Dementia is a decline in cognitive function or mental ability – thinking, reasoning and remembering. People with dementia have difficulty independently carrying out daily tasks they have performed routinely throughout their lives. The most common forms of dementia in the elderly are Alzheimer’s disease and vascular dementia, a hardening of the arteries in the brain that causes blockage in blood flow. These two conditions account for the vast majority of cases, and although their symptoms can sometimes be managed, they are irreversible. The dementia associated with Alzheimer’s will progressively worsen.
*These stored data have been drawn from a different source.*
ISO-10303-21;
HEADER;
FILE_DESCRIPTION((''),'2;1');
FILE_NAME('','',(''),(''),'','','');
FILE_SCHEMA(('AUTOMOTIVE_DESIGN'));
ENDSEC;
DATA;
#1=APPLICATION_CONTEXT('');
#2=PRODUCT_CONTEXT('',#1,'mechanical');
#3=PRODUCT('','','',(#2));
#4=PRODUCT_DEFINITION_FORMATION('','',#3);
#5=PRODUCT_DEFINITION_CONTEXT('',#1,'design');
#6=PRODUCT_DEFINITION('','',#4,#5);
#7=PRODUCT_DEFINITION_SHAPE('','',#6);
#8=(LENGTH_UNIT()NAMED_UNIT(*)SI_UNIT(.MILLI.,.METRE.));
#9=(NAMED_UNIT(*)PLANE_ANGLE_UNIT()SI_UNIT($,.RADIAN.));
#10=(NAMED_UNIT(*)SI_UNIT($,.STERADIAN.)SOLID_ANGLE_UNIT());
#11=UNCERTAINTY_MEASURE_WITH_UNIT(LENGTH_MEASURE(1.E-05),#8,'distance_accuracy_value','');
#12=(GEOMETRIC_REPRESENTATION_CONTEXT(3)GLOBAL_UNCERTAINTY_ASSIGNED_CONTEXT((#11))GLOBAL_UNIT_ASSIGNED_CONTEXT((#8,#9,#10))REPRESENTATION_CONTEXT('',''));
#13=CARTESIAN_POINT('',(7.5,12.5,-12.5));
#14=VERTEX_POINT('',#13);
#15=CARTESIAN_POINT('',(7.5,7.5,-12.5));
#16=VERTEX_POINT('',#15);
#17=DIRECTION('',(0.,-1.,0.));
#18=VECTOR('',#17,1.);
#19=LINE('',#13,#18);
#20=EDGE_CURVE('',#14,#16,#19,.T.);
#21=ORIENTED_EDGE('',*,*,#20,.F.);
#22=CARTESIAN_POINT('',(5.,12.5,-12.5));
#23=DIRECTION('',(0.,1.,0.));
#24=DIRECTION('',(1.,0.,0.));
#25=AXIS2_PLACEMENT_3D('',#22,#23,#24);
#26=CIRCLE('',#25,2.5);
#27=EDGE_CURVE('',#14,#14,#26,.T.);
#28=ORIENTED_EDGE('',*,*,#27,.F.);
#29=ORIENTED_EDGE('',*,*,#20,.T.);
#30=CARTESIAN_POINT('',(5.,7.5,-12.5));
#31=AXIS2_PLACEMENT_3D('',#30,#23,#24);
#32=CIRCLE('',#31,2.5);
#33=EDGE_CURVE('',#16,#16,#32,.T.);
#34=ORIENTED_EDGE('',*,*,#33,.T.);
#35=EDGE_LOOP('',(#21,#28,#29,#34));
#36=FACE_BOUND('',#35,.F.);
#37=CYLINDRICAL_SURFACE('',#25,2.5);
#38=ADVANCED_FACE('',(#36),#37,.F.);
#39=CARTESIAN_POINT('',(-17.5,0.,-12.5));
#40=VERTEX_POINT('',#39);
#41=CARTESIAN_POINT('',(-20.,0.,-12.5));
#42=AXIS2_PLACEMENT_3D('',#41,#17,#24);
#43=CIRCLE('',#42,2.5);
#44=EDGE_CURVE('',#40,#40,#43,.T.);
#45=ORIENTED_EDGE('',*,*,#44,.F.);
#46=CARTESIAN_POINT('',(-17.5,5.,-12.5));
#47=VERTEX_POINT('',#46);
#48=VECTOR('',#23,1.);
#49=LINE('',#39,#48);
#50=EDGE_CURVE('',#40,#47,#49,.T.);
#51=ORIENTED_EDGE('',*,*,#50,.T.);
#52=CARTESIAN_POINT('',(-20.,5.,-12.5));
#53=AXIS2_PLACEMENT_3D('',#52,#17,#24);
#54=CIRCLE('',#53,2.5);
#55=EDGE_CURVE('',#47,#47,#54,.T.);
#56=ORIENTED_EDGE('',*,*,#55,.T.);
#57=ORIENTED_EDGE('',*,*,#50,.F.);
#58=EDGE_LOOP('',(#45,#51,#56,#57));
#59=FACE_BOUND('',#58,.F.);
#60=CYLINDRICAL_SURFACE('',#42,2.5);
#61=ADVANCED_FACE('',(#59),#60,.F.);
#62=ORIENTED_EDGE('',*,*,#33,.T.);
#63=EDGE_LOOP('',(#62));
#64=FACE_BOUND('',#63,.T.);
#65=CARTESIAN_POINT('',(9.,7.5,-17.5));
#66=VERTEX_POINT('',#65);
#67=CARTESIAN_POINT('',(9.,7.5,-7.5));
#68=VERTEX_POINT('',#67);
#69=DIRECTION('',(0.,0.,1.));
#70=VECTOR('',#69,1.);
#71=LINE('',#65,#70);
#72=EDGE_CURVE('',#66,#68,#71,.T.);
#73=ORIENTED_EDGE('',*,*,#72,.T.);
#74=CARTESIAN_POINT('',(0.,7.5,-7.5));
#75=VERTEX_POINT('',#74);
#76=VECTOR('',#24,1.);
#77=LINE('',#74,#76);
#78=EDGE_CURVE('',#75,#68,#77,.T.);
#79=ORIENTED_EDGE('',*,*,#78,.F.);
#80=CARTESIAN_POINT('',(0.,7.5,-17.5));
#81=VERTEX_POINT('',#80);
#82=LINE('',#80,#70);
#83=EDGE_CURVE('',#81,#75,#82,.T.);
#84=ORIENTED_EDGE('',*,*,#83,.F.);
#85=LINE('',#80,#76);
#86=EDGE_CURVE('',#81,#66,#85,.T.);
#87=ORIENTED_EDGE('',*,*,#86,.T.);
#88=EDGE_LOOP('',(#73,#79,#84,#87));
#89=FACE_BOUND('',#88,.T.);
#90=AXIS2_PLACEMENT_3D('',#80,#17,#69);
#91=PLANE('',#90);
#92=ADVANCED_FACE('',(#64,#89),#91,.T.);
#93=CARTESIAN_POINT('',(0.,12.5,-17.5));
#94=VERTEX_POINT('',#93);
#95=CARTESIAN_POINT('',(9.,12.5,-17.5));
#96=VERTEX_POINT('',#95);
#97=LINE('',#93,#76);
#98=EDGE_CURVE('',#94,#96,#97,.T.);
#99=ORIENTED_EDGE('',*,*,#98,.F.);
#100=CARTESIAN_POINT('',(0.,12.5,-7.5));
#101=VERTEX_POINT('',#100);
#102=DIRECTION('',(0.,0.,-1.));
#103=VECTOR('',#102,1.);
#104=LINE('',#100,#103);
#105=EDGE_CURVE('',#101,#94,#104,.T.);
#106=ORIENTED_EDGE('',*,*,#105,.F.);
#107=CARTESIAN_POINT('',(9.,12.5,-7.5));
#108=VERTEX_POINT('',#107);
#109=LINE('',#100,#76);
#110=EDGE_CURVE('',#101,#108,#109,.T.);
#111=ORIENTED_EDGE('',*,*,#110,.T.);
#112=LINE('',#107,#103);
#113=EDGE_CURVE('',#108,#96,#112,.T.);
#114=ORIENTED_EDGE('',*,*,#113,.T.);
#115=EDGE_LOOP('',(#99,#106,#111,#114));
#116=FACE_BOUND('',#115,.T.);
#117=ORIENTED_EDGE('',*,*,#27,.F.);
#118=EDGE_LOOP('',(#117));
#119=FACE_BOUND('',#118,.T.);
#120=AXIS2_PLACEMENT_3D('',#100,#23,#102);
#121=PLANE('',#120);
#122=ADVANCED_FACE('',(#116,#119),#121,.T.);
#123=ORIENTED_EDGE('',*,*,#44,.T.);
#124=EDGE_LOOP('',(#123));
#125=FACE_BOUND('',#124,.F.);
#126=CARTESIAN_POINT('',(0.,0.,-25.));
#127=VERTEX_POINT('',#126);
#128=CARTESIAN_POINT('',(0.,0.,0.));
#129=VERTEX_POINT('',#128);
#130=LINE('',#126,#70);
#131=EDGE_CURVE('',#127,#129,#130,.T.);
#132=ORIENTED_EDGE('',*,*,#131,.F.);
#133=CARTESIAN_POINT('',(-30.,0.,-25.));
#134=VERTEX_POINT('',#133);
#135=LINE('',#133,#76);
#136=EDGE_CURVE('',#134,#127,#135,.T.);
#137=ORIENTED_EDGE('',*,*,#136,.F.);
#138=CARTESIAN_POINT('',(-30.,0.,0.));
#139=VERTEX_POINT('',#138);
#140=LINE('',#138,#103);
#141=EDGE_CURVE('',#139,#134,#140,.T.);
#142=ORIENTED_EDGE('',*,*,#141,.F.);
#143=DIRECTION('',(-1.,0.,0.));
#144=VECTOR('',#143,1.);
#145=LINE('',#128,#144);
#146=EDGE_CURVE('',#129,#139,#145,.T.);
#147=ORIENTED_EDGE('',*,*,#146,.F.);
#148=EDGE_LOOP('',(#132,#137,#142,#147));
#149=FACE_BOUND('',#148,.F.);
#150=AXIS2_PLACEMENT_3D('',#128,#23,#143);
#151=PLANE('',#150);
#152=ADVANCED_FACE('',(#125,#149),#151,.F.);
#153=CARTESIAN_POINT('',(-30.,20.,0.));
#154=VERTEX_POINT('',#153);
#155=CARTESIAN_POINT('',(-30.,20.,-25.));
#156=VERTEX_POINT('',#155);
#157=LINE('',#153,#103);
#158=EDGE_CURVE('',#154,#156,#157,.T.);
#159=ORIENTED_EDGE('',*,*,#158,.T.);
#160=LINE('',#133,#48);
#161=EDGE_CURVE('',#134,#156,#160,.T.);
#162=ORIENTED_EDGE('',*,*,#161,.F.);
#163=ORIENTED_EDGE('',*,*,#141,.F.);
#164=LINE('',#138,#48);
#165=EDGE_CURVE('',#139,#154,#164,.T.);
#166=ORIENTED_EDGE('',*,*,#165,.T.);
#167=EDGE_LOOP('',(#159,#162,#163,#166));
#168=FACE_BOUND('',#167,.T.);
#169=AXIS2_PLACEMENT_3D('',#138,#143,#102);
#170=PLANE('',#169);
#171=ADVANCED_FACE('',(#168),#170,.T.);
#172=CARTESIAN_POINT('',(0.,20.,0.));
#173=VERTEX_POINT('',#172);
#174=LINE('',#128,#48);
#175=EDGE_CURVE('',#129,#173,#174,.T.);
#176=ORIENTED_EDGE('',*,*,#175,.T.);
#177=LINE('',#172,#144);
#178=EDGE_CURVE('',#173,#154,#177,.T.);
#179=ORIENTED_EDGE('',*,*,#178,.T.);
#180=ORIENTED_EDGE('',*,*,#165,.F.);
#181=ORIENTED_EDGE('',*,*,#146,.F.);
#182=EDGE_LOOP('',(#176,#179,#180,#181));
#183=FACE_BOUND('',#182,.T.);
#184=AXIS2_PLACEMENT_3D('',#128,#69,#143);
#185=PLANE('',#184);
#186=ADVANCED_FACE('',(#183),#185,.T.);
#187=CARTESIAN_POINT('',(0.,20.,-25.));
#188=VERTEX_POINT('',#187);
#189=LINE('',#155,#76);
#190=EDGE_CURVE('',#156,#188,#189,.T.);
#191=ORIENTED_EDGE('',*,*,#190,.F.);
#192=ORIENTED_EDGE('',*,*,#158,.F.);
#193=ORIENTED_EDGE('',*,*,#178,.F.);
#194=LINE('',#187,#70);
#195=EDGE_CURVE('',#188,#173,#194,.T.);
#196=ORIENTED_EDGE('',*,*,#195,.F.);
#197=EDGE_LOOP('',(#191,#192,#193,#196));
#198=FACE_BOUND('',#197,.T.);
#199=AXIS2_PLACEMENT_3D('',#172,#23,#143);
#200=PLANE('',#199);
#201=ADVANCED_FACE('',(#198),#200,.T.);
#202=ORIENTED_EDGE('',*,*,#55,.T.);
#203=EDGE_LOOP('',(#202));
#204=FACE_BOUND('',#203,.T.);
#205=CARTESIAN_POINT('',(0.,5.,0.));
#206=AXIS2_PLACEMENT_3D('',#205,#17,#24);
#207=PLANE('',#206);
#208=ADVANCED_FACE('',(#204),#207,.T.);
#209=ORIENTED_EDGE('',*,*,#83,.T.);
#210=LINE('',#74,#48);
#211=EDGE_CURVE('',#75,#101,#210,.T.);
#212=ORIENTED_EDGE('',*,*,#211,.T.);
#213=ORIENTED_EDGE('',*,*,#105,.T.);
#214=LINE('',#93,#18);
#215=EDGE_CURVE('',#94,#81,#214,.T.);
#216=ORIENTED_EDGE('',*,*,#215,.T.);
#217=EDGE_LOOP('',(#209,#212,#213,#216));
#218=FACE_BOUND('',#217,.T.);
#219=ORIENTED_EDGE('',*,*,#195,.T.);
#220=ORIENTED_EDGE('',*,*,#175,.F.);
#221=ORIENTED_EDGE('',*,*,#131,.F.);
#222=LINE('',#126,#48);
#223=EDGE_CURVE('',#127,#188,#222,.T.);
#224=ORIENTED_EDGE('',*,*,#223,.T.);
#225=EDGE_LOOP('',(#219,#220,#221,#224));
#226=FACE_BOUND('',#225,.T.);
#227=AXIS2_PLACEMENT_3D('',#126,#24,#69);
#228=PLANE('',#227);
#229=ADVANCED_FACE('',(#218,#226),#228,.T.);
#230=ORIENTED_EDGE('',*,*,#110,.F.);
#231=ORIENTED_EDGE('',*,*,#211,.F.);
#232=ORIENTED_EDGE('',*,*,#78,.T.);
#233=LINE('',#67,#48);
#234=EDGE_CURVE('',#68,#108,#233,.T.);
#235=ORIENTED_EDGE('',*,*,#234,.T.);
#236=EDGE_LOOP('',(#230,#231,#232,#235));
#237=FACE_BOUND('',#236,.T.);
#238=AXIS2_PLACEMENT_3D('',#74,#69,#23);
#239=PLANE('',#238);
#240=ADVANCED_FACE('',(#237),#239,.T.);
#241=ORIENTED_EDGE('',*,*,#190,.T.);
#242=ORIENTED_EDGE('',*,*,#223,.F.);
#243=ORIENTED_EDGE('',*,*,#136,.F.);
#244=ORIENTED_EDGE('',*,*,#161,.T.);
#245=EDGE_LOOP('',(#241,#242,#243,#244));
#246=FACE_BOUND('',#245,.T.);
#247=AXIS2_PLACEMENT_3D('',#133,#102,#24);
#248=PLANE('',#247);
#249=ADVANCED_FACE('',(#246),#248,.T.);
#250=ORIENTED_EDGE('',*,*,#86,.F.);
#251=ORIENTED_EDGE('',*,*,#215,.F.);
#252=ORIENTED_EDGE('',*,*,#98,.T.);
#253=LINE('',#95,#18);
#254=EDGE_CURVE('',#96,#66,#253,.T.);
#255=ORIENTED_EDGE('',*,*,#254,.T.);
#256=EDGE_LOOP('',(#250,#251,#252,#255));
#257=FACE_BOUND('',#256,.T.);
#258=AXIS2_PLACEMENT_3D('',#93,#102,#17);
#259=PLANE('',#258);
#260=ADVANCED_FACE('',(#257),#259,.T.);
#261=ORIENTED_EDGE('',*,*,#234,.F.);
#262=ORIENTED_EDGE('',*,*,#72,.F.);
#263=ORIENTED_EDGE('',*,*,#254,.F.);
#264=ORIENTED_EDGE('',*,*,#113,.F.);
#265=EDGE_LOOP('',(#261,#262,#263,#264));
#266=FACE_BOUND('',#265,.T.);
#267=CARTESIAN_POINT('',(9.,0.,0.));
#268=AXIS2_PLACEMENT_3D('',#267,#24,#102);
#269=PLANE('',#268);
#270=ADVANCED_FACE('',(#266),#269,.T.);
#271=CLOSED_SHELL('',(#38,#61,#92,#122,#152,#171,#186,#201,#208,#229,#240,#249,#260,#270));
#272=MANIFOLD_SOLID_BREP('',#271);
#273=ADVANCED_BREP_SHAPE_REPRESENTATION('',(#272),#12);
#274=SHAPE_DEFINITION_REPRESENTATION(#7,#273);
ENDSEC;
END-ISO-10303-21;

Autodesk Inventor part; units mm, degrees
ref_plane "YZ Plane" through (0, 0, 0) normal (1, 0, 0) x (0, 1, 0)
ref_plane "XZ Plane" through (0, 0, 0) normal (0, 1, 0) x (-1, 0, 0)
ref_plane "XY Plane" through (0, 0, 0) normal (0, 0, 1) x (1, 0, 0)
sketch "Sketch1" plane through (0, 0, 0) normal (0, 1, 0) x (-1, 0, 0)
  line L0 (0, 0) -> (30, 0)
  line L1 (30, 0) -> (30, -25)
  line L2 (30, -25) -> (0, -25)
  line L3 (0, -25) -> (0, 0)
  dimension "d0" = 30
  dimension "d1" = 25
extrude "Extrusion1" add sketch "Sketch1" along normal blind 20
sketch "Sketch2" plane through (0, 0, 0) normal (0, -1, 0) x (1, 0, 0)
  circle A0 centre (-20, -12.5) radius 2.5
  line L0 (0, 0) -> (0, -25) projected
  point P0 (0, -12.5)
  dimension "d4" = 5
  dimension "d15" = 20
extrude "Extrusion2" cut sketch "Sketch2" against normal blind 5
sketch "Sketch3" plane through (0, 0, 0) normal (1, 0, 0) x (0, 0, -1)
  line L0 (17.5, 7.5) -> (7.5, 7.5)
  line L1 (7.5, 7.5) -> (7.5, 12.5)
  line L2 (7.5, 12.5) -> (17.5, 12.5)
  line L3 (17.5, 12.5) -> (17.5, 7.5)
  line L4 (17.5, 7.5) -> (7.5, 12.5) construction
  line L5 (7.5, 7.5) -> (17.5, 12.5) construction
  point P0 (0, 0)
  point P1 (12.5, 10)
  dimension "d7" = 10
  dimension "d8" = 5
extrude "Extrusion3" add sketch "Sketch3" along normal blind 9
sketch "Sketch4" plane through (0, 12.5, -7.5) normal (0, 1, 0) x (1, 0, 0)
  circle A0 centre (5, 5) radius 2.5
  line L0 (0, -7.5) -> (0, 17.5) projected
  dimension "d11" = 5
  dimension "d14" = 5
Dementia can also be caused by infection; drug interactions; metabolic disorders of the thyroid, liver, pancreas or kidneys; nutritional deficiencies, especially the lack of vitamin B-12; head injury; brain tumors; depression; or other progressive diseases such as Parkinson's, Lewy-body, Huntington’s or Pick’s.
If a decline in mental function makes an impression on friends and family, and begins to interfere with daily activities, employment tasks, social interactions, and family chores, set up an appointment with a doctor to accurately determine the underlying cause of the symptoms.